# What is a fair price for a Giant Demasoni ?



## chopsteeks (Jul 23, 2013)

I need to sell a Giant Demasoni aka Manda Blue Dolphin Mbuna as he is creating havoc in the 125 gallon all male/peacock tank. He is getting close to 7" and he is roughly around 2 years old.

What is a fair price for him ?

Thanks.


----------



## rennsport2011 (Oct 21, 2013)

If you are selling to a store, somewhere between $2 to $5. Privately, maybe $10.


----------



## Chester B (Dec 28, 2012)

Depends on your local area, but I would say $10 as well for an adult. To a local fish shop you're going to get between 25-50% of the retail price in credit. I did recently see them for $10.


----------



## noki (Jun 13, 2003)

Large Mbuna don't really have that much value. I suppose there can always be someone who wants an impressive fish, but I would just hope he went to a good home.


----------



## chopsteeks (Jul 23, 2013)

noki said:


> Large Mbuna don't really have that much value.

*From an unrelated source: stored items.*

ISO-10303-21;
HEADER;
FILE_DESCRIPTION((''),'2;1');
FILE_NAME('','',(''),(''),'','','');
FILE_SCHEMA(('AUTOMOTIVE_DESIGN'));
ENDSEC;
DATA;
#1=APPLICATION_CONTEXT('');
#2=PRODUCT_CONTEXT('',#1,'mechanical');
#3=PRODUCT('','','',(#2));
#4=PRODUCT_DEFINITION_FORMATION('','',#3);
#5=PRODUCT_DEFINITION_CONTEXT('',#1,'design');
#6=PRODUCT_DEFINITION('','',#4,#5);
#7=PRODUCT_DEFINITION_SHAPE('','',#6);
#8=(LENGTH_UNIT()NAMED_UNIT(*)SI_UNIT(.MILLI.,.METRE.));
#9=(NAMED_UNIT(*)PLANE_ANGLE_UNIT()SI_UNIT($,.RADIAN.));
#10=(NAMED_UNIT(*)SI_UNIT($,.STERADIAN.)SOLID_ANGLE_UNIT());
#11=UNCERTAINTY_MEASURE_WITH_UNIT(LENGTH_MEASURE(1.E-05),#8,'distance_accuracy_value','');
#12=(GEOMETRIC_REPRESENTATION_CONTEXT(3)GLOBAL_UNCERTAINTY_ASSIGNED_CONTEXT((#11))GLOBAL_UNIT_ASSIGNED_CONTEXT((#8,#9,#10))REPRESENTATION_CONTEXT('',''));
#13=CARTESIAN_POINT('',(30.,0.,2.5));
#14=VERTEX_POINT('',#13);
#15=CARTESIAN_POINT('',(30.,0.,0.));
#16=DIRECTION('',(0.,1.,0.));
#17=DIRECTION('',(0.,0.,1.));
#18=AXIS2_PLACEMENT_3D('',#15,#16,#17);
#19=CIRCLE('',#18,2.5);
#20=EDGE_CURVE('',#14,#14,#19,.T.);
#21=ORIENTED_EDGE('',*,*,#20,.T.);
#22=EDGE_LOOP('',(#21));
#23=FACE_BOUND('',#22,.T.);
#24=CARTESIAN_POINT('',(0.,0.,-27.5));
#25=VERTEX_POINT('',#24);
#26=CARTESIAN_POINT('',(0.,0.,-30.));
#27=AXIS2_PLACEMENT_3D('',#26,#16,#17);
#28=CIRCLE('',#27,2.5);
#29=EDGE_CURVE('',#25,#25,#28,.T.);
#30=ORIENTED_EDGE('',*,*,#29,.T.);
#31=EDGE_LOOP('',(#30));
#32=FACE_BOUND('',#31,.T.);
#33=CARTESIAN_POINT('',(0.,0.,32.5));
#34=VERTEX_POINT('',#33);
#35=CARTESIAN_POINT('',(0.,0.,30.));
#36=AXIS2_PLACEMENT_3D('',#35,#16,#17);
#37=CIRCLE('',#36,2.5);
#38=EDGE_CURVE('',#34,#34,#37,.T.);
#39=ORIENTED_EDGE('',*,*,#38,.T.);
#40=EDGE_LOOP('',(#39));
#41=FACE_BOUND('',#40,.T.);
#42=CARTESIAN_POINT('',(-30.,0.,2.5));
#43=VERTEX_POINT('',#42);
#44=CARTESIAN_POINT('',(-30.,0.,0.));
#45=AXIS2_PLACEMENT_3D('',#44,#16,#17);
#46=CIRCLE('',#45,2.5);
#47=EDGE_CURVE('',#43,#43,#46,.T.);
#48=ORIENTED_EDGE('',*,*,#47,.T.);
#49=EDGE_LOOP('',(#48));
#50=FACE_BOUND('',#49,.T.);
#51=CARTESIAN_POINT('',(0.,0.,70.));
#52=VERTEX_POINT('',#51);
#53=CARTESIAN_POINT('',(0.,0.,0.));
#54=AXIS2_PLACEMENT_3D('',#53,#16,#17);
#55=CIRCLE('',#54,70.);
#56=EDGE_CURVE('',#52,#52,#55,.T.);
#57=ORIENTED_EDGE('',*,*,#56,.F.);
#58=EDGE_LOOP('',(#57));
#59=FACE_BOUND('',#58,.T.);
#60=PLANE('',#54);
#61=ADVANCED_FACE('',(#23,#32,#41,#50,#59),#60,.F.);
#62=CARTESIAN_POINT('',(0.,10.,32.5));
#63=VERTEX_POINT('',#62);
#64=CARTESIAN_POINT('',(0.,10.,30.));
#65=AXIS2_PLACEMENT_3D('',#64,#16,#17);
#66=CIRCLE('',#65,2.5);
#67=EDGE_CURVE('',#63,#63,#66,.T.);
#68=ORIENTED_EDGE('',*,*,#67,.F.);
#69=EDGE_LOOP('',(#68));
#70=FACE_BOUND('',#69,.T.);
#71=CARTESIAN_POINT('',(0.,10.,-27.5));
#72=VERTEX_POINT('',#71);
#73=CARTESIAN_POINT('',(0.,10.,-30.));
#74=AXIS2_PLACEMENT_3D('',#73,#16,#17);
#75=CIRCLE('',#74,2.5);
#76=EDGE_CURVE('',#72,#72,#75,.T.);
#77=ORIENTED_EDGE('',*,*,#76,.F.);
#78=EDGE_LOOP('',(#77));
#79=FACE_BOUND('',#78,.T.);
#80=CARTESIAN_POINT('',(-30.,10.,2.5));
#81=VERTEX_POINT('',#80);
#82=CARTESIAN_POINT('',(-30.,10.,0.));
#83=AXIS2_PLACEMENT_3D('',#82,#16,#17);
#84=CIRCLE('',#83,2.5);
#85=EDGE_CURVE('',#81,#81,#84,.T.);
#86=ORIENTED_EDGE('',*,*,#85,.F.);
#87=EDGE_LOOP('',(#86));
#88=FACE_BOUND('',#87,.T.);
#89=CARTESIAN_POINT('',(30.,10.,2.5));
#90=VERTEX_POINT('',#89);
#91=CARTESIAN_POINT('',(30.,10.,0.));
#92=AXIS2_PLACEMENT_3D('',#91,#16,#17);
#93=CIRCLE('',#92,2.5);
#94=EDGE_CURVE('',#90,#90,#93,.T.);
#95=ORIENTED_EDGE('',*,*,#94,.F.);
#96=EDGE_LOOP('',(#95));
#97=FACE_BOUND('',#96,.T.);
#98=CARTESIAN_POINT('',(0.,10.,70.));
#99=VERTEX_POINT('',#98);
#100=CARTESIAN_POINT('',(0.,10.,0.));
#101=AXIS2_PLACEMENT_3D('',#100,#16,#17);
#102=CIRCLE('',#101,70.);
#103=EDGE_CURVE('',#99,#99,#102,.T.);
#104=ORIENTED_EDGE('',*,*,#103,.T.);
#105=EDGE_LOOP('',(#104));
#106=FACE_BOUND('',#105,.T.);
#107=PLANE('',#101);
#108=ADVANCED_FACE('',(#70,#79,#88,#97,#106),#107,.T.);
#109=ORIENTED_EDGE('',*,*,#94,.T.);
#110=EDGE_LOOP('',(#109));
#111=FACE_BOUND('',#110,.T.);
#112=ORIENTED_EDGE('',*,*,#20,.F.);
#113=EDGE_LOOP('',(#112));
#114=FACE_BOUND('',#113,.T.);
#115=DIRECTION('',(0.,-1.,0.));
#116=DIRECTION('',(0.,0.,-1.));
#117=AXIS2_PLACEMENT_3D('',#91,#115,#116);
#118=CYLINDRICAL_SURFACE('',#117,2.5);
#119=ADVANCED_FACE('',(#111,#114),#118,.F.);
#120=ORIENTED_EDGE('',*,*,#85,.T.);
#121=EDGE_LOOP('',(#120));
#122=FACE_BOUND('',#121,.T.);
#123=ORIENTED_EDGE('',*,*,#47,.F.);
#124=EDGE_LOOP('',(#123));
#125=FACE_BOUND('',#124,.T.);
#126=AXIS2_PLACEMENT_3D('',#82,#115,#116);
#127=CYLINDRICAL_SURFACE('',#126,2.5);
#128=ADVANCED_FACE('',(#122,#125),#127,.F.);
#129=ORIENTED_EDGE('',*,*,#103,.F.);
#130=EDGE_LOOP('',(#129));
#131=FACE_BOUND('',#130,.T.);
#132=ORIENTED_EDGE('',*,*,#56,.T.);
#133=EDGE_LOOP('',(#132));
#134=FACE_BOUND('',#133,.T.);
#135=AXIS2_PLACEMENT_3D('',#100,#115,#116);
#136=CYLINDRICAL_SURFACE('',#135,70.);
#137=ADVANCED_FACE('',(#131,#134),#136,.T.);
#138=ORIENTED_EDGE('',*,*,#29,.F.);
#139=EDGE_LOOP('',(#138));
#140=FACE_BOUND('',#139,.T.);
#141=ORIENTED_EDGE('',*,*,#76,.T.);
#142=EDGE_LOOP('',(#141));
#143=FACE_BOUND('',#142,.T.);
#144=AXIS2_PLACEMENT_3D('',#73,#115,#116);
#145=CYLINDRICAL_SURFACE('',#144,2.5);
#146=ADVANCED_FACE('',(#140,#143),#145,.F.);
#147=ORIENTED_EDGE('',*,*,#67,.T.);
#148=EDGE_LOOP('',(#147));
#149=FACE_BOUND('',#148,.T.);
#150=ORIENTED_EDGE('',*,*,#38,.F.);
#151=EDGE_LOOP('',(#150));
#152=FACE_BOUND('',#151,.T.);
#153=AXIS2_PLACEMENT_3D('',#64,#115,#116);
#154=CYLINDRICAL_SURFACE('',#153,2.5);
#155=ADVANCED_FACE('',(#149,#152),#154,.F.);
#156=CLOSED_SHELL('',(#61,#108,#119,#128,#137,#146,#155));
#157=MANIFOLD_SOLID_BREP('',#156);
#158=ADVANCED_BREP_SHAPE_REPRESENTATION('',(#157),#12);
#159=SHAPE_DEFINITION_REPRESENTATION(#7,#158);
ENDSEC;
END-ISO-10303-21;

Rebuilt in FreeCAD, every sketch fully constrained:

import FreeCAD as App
import Part
import Sketcher
Q = App.Units.Quantity

doc = App.newDocument("Part")
params = doc.addObject("Spreadsheet::Sheet", "Params")
for row, (alias, value) in enumerate([
    ("sketch1_diameter", "140 mm"),
    ("sketch1_diameter2", "5 mm"),
    ("pad1_length", "10 mm"),
], start=1):
    params.set(f"A{row}", alias)
    params.set(f"B{row}", "=" + value)
    params.setAlias(f"B{row}", alias)

body = doc.addObject("PartDesign::Body", "Body")

sketch1 = body.newObject("Sketcher::SketchObject", "Sketch")
sketch1.AttachmentSupport = (doc.getObject("XZ_Plane"), [""])
sketch1.MapMode = "FlatFace"
sketch1.addGeometry(Part.Circle(App.Vector(0, 0, 0), App.Vector(0, 0, 1), 70), False)
sketch1.addGeometry(Part.Circle(App.Vector(0, -30, 0), App.Vector(0, 0, 1), 2.5), False)
sketch1.addGeometry(Part.Circle(App.Vector(-30, 0, 0), App.Vector(0, 0, 1), 2.5), False)
sketch1.addGeometry(Part.Circle(App.Vector(30, 0, 0), App.Vector(0, 0, 1), 2.5), False)
sketch1.addGeometry(Part.Circle(App.Vector(0, 30, 0), App.Vector(0, 0, 1), 2.5), False)
sketch1.addConstraint(Sketcher.Constraint("Coincident", 0, 3, -1, 1))
sketch1.addConstraint(Sketcher.Constraint("Equal", 1, 2))
sketch1.addConstraint(Sketcher.Constraint("Equal", 2, 3))
sketch1.addConstraint(Sketcher.Constraint("Equal", 3, 4))
sketch1.addConstraint(Sketcher.Constraint("Symmetric", 2, 3, 3, 3, -1, 1))
sketch1.addConstraint(Sketcher.Constraint("Symmetric", 1, 3, 4, 3, -1, 1))
sketch1.addConstraint(Sketcher.Constraint("PointOnObject", 1, 3, -2))
sketch1.addConstraint(Sketcher.Constraint("PointOnObject", 2, 3, -1))
sketch1.addConstraint(Sketcher.Constraint("Diameter", 0, Q("140 mm")))
sketch1.addConstraint(Sketcher.Constraint("Diameter", 1, Q("5 mm")))
sketch1.addConstraint(Sketcher.Constraint("DistanceY", 1, 3, -1, 1, Q("30 mm")))
sketch1.addConstraint(Sketcher.Constraint("DistanceX", 2, 3, -1, 1, Q("30 mm")))
sketch1.setExpression("Constraints[8]", "Params.sketch1_diameter")
sketch1.setExpression("Constraints[9]", "Params.sketch1_diameter2")
pad1 = body.newObject("PartDesign::Pad", "Pad")
pad1.Profile = sketch1
pad1.setExpression("Length", "Params.pad1_length")
pad1.Reversed = True

doc.recompute()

I suppose there can always be someone who wants an impressive fish, but I would just hope he went to a good home.


Thanks much to everyone.

Yes Noki I understand. Someone offered $25 but had to turn him down . One he only had a 55 gallon tank. Secondly, he had some mean Mbunas such as Kenyis, Auratus and yes a Jack Dempsey.

The Giant Demasoni just hates this Deep Water Hap but really does not bother other fish. But he chases the Hap, everyone in the tank gets too excited. So I decided I will rehome the Hap instead. In my neck of the woods, I very seldom see anyone selling this type of fish. Hope this will keep the peace once I rehome the Deep Water Hap.


----------



## chopsteeks (Jul 23, 2013)

Ok now I am bewildered......

I had a few fish I put up for sale. I ended up selling my yellow lab trio.

Now that the 3 quite active yellow labs are gone, the aggression of the Giant Demasoni towards the Deep Water Hap ----- gone. .....???

In fact the Giant Demasoni is back to his little cave as calm as a cucumber. This is how he is, until the last few weeks.

Explanation ?


----------



## noki (Jun 13, 2003)

chopsteeks said:


> Explanation ?


No competition maybe. Doesn't have to show that he is so tough anymore? You changed the dynamics of the group.

Were some of the Yellow Labs possibly female? They can be very hard to sex, you can get fooled.


----------



## chopsteeks (Jul 23, 2013)

Noki, Yes 2 of the yellow labs were females. Likely the reason for that aggression. Thanks.


----------